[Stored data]
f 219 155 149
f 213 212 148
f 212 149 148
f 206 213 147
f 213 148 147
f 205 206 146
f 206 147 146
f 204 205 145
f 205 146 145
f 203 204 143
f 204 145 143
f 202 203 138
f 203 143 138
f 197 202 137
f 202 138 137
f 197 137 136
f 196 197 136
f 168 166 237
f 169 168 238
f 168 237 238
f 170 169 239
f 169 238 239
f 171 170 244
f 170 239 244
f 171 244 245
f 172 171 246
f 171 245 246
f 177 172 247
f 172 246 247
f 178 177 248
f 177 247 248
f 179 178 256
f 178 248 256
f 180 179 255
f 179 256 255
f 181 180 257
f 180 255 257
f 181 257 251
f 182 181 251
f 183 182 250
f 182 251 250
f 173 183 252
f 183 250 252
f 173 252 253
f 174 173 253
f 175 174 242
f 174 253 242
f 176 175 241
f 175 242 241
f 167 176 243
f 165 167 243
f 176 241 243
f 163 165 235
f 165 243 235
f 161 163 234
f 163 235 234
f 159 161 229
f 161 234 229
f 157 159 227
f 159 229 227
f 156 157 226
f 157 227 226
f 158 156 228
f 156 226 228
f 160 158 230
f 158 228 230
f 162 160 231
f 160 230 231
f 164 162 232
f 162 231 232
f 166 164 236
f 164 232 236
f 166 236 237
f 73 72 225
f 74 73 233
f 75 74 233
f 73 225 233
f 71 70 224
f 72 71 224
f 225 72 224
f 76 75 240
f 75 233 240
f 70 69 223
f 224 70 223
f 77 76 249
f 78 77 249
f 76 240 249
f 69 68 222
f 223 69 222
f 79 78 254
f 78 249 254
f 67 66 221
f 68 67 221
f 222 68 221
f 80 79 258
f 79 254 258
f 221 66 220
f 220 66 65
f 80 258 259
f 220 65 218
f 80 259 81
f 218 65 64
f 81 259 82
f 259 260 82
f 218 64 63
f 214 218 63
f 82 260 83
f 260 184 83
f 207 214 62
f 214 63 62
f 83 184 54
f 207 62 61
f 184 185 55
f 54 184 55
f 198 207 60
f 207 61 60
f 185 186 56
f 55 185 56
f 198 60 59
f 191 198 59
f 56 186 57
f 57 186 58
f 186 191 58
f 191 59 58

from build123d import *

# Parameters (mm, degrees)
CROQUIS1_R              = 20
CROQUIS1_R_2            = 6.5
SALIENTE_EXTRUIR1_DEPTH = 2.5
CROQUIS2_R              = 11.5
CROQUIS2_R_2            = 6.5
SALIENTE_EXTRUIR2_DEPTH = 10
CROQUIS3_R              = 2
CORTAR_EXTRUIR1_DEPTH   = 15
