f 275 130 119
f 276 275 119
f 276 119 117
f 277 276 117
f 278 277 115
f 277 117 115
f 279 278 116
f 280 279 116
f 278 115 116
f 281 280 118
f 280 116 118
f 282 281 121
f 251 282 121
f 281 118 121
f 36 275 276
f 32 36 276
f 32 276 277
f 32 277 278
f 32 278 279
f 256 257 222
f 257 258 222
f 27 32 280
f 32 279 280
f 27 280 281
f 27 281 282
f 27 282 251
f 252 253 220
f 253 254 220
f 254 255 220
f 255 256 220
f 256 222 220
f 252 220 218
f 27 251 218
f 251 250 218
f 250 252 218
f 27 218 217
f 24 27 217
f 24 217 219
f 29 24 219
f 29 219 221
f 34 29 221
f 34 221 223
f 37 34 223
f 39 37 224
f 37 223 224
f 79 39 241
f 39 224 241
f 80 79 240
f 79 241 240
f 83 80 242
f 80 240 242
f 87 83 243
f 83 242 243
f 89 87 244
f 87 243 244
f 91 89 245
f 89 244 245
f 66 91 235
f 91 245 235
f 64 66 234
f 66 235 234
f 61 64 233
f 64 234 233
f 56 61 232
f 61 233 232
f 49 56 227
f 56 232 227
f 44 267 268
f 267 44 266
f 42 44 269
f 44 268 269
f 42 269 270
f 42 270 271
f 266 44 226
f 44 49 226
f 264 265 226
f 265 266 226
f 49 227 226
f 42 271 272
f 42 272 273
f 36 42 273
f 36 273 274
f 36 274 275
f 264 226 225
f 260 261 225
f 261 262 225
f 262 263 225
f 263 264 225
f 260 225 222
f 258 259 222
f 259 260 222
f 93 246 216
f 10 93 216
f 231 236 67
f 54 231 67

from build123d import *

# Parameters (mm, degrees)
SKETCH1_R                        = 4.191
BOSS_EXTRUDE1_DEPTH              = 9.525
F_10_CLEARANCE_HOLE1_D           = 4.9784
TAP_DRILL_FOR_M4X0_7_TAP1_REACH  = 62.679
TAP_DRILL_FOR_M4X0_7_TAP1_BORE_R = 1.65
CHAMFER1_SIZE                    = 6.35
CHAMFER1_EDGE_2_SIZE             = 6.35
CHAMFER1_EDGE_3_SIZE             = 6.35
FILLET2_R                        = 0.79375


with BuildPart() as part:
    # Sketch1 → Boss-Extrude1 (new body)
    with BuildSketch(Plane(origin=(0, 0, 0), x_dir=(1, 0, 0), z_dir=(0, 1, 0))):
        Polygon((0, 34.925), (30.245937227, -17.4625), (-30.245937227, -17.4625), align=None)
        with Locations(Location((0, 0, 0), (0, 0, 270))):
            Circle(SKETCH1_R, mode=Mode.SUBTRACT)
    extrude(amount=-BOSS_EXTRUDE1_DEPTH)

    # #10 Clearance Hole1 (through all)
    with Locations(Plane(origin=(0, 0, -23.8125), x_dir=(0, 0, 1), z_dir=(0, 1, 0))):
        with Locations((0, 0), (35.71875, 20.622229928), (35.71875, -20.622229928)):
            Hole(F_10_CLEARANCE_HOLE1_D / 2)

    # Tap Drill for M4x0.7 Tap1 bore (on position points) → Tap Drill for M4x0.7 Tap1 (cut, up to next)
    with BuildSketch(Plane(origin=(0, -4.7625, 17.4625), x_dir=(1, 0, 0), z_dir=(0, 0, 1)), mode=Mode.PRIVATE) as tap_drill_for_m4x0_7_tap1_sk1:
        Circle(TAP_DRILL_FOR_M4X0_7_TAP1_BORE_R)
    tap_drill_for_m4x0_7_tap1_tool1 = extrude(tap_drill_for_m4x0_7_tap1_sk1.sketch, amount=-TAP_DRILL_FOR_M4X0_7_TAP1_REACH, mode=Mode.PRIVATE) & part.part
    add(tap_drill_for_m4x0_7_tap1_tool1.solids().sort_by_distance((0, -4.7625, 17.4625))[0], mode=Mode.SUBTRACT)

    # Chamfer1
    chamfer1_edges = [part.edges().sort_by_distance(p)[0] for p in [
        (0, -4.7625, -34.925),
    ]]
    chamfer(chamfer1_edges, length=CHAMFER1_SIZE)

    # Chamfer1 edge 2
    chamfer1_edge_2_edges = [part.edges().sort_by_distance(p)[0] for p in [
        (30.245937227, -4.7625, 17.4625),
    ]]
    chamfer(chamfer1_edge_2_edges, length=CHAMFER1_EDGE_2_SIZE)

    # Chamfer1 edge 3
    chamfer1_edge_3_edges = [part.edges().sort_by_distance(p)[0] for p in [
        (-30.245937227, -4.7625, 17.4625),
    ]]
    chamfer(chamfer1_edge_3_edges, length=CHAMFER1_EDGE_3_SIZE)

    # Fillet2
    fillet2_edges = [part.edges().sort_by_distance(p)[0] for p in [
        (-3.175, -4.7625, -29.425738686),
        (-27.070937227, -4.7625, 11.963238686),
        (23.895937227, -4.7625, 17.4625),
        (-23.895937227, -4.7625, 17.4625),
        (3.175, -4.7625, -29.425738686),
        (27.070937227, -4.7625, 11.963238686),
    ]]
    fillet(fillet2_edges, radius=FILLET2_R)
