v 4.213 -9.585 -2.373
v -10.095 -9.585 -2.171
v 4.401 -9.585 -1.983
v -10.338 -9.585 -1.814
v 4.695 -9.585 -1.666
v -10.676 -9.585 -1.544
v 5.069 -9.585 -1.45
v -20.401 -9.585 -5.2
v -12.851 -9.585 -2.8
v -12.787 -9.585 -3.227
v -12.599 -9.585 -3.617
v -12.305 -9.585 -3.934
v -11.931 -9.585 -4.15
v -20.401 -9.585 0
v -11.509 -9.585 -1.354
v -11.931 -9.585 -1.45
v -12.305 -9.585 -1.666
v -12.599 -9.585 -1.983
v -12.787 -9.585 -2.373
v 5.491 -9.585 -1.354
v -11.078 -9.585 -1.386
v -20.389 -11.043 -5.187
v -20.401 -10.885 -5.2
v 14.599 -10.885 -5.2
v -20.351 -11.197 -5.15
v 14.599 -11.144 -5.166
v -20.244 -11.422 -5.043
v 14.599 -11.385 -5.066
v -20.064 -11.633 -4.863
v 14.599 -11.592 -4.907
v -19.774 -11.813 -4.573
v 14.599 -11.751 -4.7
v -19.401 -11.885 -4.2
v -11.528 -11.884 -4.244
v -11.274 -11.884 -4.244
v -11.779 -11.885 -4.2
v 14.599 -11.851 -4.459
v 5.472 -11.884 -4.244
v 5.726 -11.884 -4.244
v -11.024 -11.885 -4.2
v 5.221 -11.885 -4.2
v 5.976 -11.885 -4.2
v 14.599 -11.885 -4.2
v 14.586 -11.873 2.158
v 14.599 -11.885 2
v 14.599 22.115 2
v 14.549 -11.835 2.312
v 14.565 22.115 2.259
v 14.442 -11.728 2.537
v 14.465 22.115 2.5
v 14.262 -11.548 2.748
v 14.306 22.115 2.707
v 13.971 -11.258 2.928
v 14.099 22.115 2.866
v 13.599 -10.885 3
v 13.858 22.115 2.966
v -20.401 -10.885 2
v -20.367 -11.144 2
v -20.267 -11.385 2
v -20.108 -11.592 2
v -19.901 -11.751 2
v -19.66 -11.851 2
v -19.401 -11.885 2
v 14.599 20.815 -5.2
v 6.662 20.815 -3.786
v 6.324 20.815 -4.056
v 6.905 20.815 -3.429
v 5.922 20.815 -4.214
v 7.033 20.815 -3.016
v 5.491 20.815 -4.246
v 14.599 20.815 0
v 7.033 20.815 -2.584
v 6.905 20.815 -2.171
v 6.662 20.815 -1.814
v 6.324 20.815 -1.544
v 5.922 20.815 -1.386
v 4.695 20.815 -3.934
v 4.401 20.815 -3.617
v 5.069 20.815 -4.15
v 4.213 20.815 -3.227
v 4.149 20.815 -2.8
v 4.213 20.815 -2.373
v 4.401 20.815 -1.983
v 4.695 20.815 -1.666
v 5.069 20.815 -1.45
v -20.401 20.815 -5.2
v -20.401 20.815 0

_Activity_.
Your task is to quote the lines above, beginning with the first and ending with the one that holds "f 178 177 248".

_Response to this task_.
f 219 155 149
f 213 212 148
f 212 149 148
f 206 213 147
f 213 148 147
f 205 206 146
f 206 147 146
f 204 205 145
f 205 146 145
f 203 204 143
f 204 145 143
f 202 203 138
f 203 143 138
f 197 202 137
f 202 138 137
f 197 137 136
f 196 197 136
f 168 166 237
f 169 168 238
f 168 237 238
f 170 169 239
f 169 238 239
f 171 170 244
f 170 239 244
f 171 244 245
f 172 171 246
f 171 245 246
f 177 172 247
f 172 246 247
f 178 177 248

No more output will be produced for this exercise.